Holding onto your stablecoins, folks? The stablecoin market's set to jump on a “growth flywheel” from a mere $125B to $2.8T in the next five years, says broker Bernstein.
Their research report comes on the heels of PayPal’s entry into the stablecoin realm. This week, the P2P payments giant unveiled PayPal USD (PYUSD) – an Ethereum-based, dollar-pegged stablecoin, to be backed by dollar deposits, T-bills, and cash equivalents.
The Paxos-issued PYUSD will allow eligible U.S. customers to transfer funds between PayPal and external wallets, send P2P payments, and convert to and from other cryptos. Designed to facilitate fast transfers and support various transactional needs, PYUSD wound fit into the web3 ecosystem.
Tl;dr = dollar-pegged cryptos are no longer just for the crypto savvy.

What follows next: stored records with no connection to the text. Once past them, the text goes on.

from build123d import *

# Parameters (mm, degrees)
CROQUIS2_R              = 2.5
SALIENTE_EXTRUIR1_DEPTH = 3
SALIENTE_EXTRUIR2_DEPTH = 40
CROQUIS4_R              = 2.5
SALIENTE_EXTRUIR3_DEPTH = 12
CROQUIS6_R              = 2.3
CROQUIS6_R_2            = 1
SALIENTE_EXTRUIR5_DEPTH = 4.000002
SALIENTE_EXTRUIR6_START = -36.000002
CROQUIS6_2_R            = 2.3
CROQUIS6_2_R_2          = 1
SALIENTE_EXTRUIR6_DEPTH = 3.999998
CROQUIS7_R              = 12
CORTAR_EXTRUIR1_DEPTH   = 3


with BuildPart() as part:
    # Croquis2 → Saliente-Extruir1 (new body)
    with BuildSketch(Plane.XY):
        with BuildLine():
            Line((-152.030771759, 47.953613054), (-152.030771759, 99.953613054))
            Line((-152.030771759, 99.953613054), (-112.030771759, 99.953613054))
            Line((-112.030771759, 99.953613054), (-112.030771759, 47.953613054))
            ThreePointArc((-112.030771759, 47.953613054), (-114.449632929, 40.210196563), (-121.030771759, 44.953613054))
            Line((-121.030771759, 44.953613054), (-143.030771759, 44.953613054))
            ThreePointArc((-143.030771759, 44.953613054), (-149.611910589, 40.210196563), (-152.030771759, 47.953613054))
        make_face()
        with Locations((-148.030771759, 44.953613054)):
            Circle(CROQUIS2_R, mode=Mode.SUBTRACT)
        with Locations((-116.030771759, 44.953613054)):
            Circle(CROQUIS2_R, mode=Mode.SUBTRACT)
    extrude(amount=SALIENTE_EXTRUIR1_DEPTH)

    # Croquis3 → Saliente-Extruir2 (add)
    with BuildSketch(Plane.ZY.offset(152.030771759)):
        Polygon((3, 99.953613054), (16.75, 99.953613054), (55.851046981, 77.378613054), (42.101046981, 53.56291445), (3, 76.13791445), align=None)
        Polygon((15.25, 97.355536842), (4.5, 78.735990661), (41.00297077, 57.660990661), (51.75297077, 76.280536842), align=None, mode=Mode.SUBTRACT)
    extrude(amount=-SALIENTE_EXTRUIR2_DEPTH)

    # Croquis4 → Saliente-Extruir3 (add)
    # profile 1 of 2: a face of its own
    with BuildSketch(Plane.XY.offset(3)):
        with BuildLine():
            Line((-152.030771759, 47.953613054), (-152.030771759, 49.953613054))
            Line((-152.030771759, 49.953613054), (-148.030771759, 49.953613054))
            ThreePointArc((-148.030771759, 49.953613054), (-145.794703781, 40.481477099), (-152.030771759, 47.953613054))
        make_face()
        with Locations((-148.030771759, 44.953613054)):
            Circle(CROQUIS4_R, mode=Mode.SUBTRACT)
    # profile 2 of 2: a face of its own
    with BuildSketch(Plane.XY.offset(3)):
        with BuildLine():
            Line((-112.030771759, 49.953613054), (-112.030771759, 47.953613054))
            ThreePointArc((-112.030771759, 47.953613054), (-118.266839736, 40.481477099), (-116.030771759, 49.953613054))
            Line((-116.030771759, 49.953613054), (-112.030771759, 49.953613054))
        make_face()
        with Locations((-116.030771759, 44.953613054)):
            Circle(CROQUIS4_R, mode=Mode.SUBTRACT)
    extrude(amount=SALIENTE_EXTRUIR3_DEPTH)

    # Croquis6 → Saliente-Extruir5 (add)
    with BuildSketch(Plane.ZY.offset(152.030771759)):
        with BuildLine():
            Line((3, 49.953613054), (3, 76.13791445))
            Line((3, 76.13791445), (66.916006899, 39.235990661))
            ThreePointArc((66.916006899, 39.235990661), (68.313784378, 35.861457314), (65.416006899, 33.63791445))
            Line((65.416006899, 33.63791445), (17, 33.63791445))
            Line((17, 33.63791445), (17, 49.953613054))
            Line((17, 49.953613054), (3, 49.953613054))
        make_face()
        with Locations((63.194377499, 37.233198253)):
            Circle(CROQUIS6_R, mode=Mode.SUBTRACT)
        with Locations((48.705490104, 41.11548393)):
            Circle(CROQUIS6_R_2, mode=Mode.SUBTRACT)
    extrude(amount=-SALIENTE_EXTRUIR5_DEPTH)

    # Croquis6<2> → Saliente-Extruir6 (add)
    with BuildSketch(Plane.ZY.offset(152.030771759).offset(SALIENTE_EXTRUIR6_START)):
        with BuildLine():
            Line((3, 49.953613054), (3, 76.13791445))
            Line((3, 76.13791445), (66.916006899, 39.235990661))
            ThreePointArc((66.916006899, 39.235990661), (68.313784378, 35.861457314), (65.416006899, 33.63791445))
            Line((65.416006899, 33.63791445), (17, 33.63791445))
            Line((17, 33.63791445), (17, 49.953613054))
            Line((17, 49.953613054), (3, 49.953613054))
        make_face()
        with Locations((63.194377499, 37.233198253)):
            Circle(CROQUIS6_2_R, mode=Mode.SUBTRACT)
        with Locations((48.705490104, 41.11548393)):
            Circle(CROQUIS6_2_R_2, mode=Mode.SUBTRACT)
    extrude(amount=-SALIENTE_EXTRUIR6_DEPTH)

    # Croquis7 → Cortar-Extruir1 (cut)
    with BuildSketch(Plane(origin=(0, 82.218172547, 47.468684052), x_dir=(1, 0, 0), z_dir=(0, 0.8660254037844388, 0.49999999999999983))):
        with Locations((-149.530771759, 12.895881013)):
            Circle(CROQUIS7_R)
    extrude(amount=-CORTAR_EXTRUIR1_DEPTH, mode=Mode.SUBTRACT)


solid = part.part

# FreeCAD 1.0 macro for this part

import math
import FreeCAD as App
import Part
import Sketcher
from FreeCAD import Vector
Q = App.Units.Quantity

doc = App.newDocument("Part")
body = doc.addObject("PartDesign::Body", "Body")

# Sketch on XY plane
sketch1 = body.newObject("Sketcher::SketchObject", "Sketch")
sketch1.AttachmentSupport = (doc.getObject("XY_Plane"), [""])
sketch1.MapMode = "FlatFace"
sketch1.addGeometry(Part.LineSegment(Vector(-152, 100, 0), Vector(-152, 48, 0)), False)
sketch1.addGeometry(Part.ArcOfCircle(Part.Circle(Vector(-148, 45, 0), Vector(0, 0, 1), 5), math.radians(143), math.radians(360)), False)
sketch1.addGeometry(Part.LineSegment(Vector(-143, 45, 0), Vector(-121, 45, 0)), False)
sketch1.addGeometry(Part.ArcOfCircle(Part.Circle(Vector(-116, 45, 0), Vector(0, 0, 1), 5), math.radians(180), math.radians(397)), False)
sketch1.addGeometry(Part.LineSegment(Vector(-112, 48, 0), Vector(-112, 100, 0)), False)
sketch1.addGeometry(Part.LineSegment(Vector(-112, 100, 0), Vector(-152, 100, 0)), False)
sketch1.addGeometry(Part.Circle(Vector(-116, 45, 0), Vector(0, 0, 1), 2.5), False)
sketch1.addGeometry(Part.Circle(Vector(-148, 45, 0), Vector(0, 0, 1), 2.5), False)
sketch1.addConstraint(Sketcher.Constraint("Coincident", 0, 2, 1, 1))
sketch1.addConstraint(Sketcher.Constraint("Coincident", 1, 2, 2, 1))
sketch1.addConstraint(Sketcher.Constraint("Coincident", 2, 2, 3, 1))
sketch1.addConstraint(Sketcher.Constraint("Coincident", 3, 2, 4, 1))
sketch1.addConstraint(Sketcher.Constraint("Coincident", 4, 2, 5, 1))
sketch1.addConstraint(Sketcher.Constraint("Coincident", 5, 2, 0, 1))
sketch1.addConstraint(Sketcher.Constraint("Vertical", 0))
sketch1.addConstraint(Sketcher.Constraint("Horizontal", 2))
sketch1.addConstraint(Sketcher.Constraint("Vertical", 4))
sketch1.addConstraint(Sketcher.Constraint("Horizontal", 5))
sketch1.addConstraint(Sketcher.Constraint("Coincident", 6, 3, 3, 3))
sketch1.addConstraint(Sketcher.Constraint("Coincident", 7, 3, 1, 3))
sketch1.addConstraint(Sketcher.Constraint("Equal", 1, 3))
sketch1.addConstraint(Sketcher.Constraint("Equal", 6, 7))
sketch1.addConstraint(Sketcher.Constraint("Horizontal", 1, 3, 3, 3))
sketch1.addConstraint(Sketcher.Constraint("Horizontal", 7, 3, 1, 2))
sketch1.addConstraint(Sketcher.Constraint("Horizontal", 0, 2, 3, 2))
sketch1.addConstraint(Sketcher.Constraint("Diameter", 6, Q("5 mm")))
sketch1.addConstraint(Sketcher.Constraint("Radius", 1, Q("5 mm")))
sketch1.addConstraint(Sketcher.Constraint("DistanceX", 2, 1, 2, 2, Q("22 mm")))
sketch1.addConstraint(Sketcher.Constraint("DistanceX", 5, 2, 5, 1, Q("40 mm")))
sketch1.addConstraint(Sketcher.Constraint("DistanceY", 0, 2, 0, 1, Q("52 mm")))
sketch1.addConstraint(Sketcher.Constraint("DistanceX", 1, 3, -1, 1, Q("148.030772 mm")))
sketch1.addConstraint(Sketcher.Constraint("DistanceY", -1, 1, 1, 3, Q("44.953613 mm")))
pad1 = body.newObject("PartDesign::Pad", "Pad")
pad1.Profile = sketch1
pad1.Length = 3

# Sketch on YZ plane
sketch2 = body.newObject("Sketcher::SketchObject", "Sketch001")
sketch2.AttachmentSupport = (doc.getObject("YZ_Plane"), [""])
sketch2.MapMode = "FlatFace"
sketch2.AttachmentOffset = App.Placement(Vector(0, 0, -152.030772), App.Rotation())
sketch2.addGeometry(Part.LineSegment(Vector(100, 17, 0), Vector(100, 3, 0)), False)
sketch2.addGeometry(Part.LineSegment(Vector(100, 3, 0), Vector(76, 3, 0)), False)
sketch2.addGeometry(Part.LineSegment(Vector(76, 3, 0), Vector(54, 42, 0)), False)
sketch2.addGeometry(Part.LineSegment(Vector(54, 42, 0), Vector(77, 56, 0)), False)
sketch2.addGeometry(Part.LineSegment(Vector(77, 56, 0), Vector(100, 17, 0)), False)
sketch2.addGeometry(Part.LineSegment(Vector(97, 15, 0), Vector(76, 52, 0)), False)
sketch2.addGeometry(Part.LineSegment(Vector(76, 52, 0), Vector(58, 41, 0)), False)
sketch2.addGeometry(Part.LineSegment(Vector(58, 41, 0), Vector(79, 4, 0)), False)
sketch2.addGeometry(Part.LineSegment(Vector(79, 4, 0), Vector(97, 15, 0)), False)
sketch2.addConstraint(Sketcher.Constraint("Coincident", 0, 2, 1, 1))
sketch2.addConstraint(Sketcher.Constraint("Coincident", 1, 2, 2, 1))
sketch2.addConstraint(Sketcher.Constraint("Coincident", 2, 2, 3, 1))
sketch2.addConstraint(Sketcher.Constraint("Coincident", 3, 2, 4, 1))
sketch2.addConstraint(Sketcher.Constraint("Coincident", 4, 2, 0, 1))
sketch2.addConstraint(Sketcher.Constraint("Coincident", 5, 2, 6, 1))
sketch2.addConstraint(Sketcher.Constraint("Coincident", 6, 2, 7, 1))
sketch2.addConstraint(Sketcher.Constraint("Coincident", 7, 2, 8, 1))
sketch2.addConstraint(Sketcher.Constraint("Coincident", 8, 2, 5, 1))
sketch2.addConstraint(Sketcher.Constraint("Vertical", 0))
sketch2.addConstraint(Sketcher.Constraint("Horizontal", 1))
sketch2.addConstraint(Sketcher.Constraint("Perpendicular", 2, 3))
sketch2.addConstraint(Sketcher.Constraint("Perpendicular", 3, 4))
sketch2.addConstraint(Sketcher.Constraint("Parallel", 4, 5))
sketch2.addConstraint(Sketcher.Constraint("Perpendicular", 5, 6))
sketch2.addConstraint(Sketcher.Constraint("Perpendicular", 6, 7))
sketch2.addConstraint(Sketcher.Constraint("Perpendicular", 7, 8))
sketch2.addConstraint(Sketcher.Constraint("Equal", 2, 4))
sketch2.addConstraint(Sketcher.Constraint("Angle", 2, Q("120 deg")))
sketch2.addConstraint(Sketcher.Constraint("DistanceY", -1, 1, 0, 2, Q("3 mm")))
sketch2.addConstraint(Sketcher.Constraint("Distance", 3, Q("27.5 mm")))
sketch2.addConstraint(Sketcher.Constraint("Distance", 6, Q("21.5 mm")))
sketch2.addConstraint(Sketcher.Constraint("DistanceY", -1, 1, 7, 2, Q("4.5 mm")))
sketch2.addConstraint(Sketcher.Constraint("Distance", 2, Q("45.15 mm")))
sketch2.addConstraint(Sketcher.Constraint("Distance", 5, Q("42.15 mm")))
sketch2.addConstraint(Sketcher.Constraint("DistanceX", -1, 1, 6, 2, Q("57.660991 mm")))
sketch2.addConstraint(Sketcher.Constraint("DistanceX", -1, 1, 0, 2, Q("99.953613 mm")))
pad2 = body.newObject("PartDesign::Pad", "Pad001")
pad2.Profile = sketch2
pad2.Length = 40

# Sketch on XY plane
sketch3 = body.newObject("Sketcher::SketchObject", "Sketch002")
sketch3.AttachmentSupport = (doc.getObject("XY_Plane"), [""])
sketch3.MapMode = "FlatFace"
sketch3.AttachmentOffset = App.Placement(Vector(0, 0, 3), App.Rotation())
sketch3.addGeometry(Part.LineSegment(Vector(-152, 50, 0), Vector(-152, 48, 0)), False)
sketch3.addGeometry(Part.ArcOfCircle(Part.Circle(Vector(-148, 45, 0), Vector(0, 0, 1), 5), math.radians(143), math.radians(450)), False)
sketch3.addGeometry(Part.LineSegment(Vector(-148, 50, 0), Vector(-152, 50, 0)), False)
sketch3.addGeometry(Part.Circle(Vector(-148, 45, 0), Vector(0, 0, 1), 2.5), False)
sketch3.addGeometry(Part.LineSegment(Vector(-112, 48, 0), Vector(-112, 50, 0)), False)
sketch3.addGeometry(Part.LineSegment(Vector(-112, 50, 0), Vector(-116, 50, 0)), False)
sketch3.addGeometry(Part.ArcOfCircle(Part.Circle(Vector(-116, 45, 0), Vector(0, 0, 1), 5), math.radians(90), math.radians(397)), False)
sketch3.addGeometry(Part.Circle(Vector(-116, 45, 0), Vector(0, 0, 1), 2.5), False)
sketch3.addConstraint(Sketcher.Constraint("Coincident", 0, 2, 1, 1))
sketch3.addConstraint(Sketcher.Constraint("Tangent", 1, 2, 2, 1))
sketch3.addConstraint(Sketcher.Constraint("Coincident", 2, 2, 0, 1))
sketch3.addConstraint(Sketcher.Constraint("Coincident", 4, 2, 5, 1))
sketch3.addConstraint(Sketcher.Constraint("Tangent", 5, 2, 6, 1))
sketch3.addConstraint(Sketcher.Constraint("Coincident", 6, 2, 4, 1))
sketch3.addConstraint(Sketcher.Constraint("Vertical", 0))
sketch3.addConstraint(Sketcher.Constraint("Horizontal", 2))
sketch3.addConstraint(Sketcher.Constraint("Vertical", 4))
sketch3.addConstraint(Sketcher.Constraint("Horizontal", 5))
sketch3.addConstraint(Sketcher.Constraint("Coincident", 3, 3, 1, 3))
sketch3.addConstraint(Sketcher.Constraint("Coincident", 7, 3, 6, 3))
sketch3.addConstraint(Sketcher.Constraint("Equal", 1, 6))
sketch3.addConstraint(Sketcher.Constraint("Equal", 3, 7))
sketch3.addConstraint(Sketcher.Constraint("Horizontal", 3, 3, 6, 3))
sketch3.addConstraint(Sketcher.Constraint("Horizontal", 0, 2, 6, 2))
sketch3.addConstraint(Sketcher.Constraint("Diameter", 3, Q("5 mm")))
sketch3.addConstraint(Sketcher.Constraint("Radius", 1, Q("5 mm")))
sketch3.addConstraint(Sketcher.Constraint("DistanceX", 2, 2, 2, 1, Q("4 mm")))
sketch3.addConstraint(Sketcher.Constraint("DistanceX", 1, 3, 6, 3, Q("32 mm")))
sketch3.addConstraint(Sketcher.Constraint("DistanceX", 1, 3, -1, 1, Q("148.030772 mm")))
sketch3.addConstraint(Sketcher.Constraint("DistanceY", -1, 1, 1, 3, Q("44.953613 mm")))
pad3 = body.newObject("PartDesign::Pad", "Pad002")
pad3.Profile = sketch3
pad3.Length = 12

People on crypto X (formerly Twitter) have been making sarcastic comments and criticizing the programming behind PayPal's stablecoin. Commenting on these, Nexo CPO Elitsa Taskova said:
“Hysteria sells, but there’s scant substance to the most excitable claims that have been circulating in the cryptosphere this week. An issuer having the ability to freeze a stablecoin is uninteresting; if critics want to focus on anything, they should be debating PayPal’s willingness to use such a power. Given that PayPal’s record of customer account suspensions is checkered, to put it mildly, it will be interesting to see how willing they are to halt PYUSD transactions.”
PayPal's entry into the stablecoin arena could lead to more people using crypto, especially stablecoins, and might give PayPal a larger piece of the market currently held by other stablecoin leaders. Simply put, stables might be becoming the next big thing, or should we say, 2.8 trillion big things?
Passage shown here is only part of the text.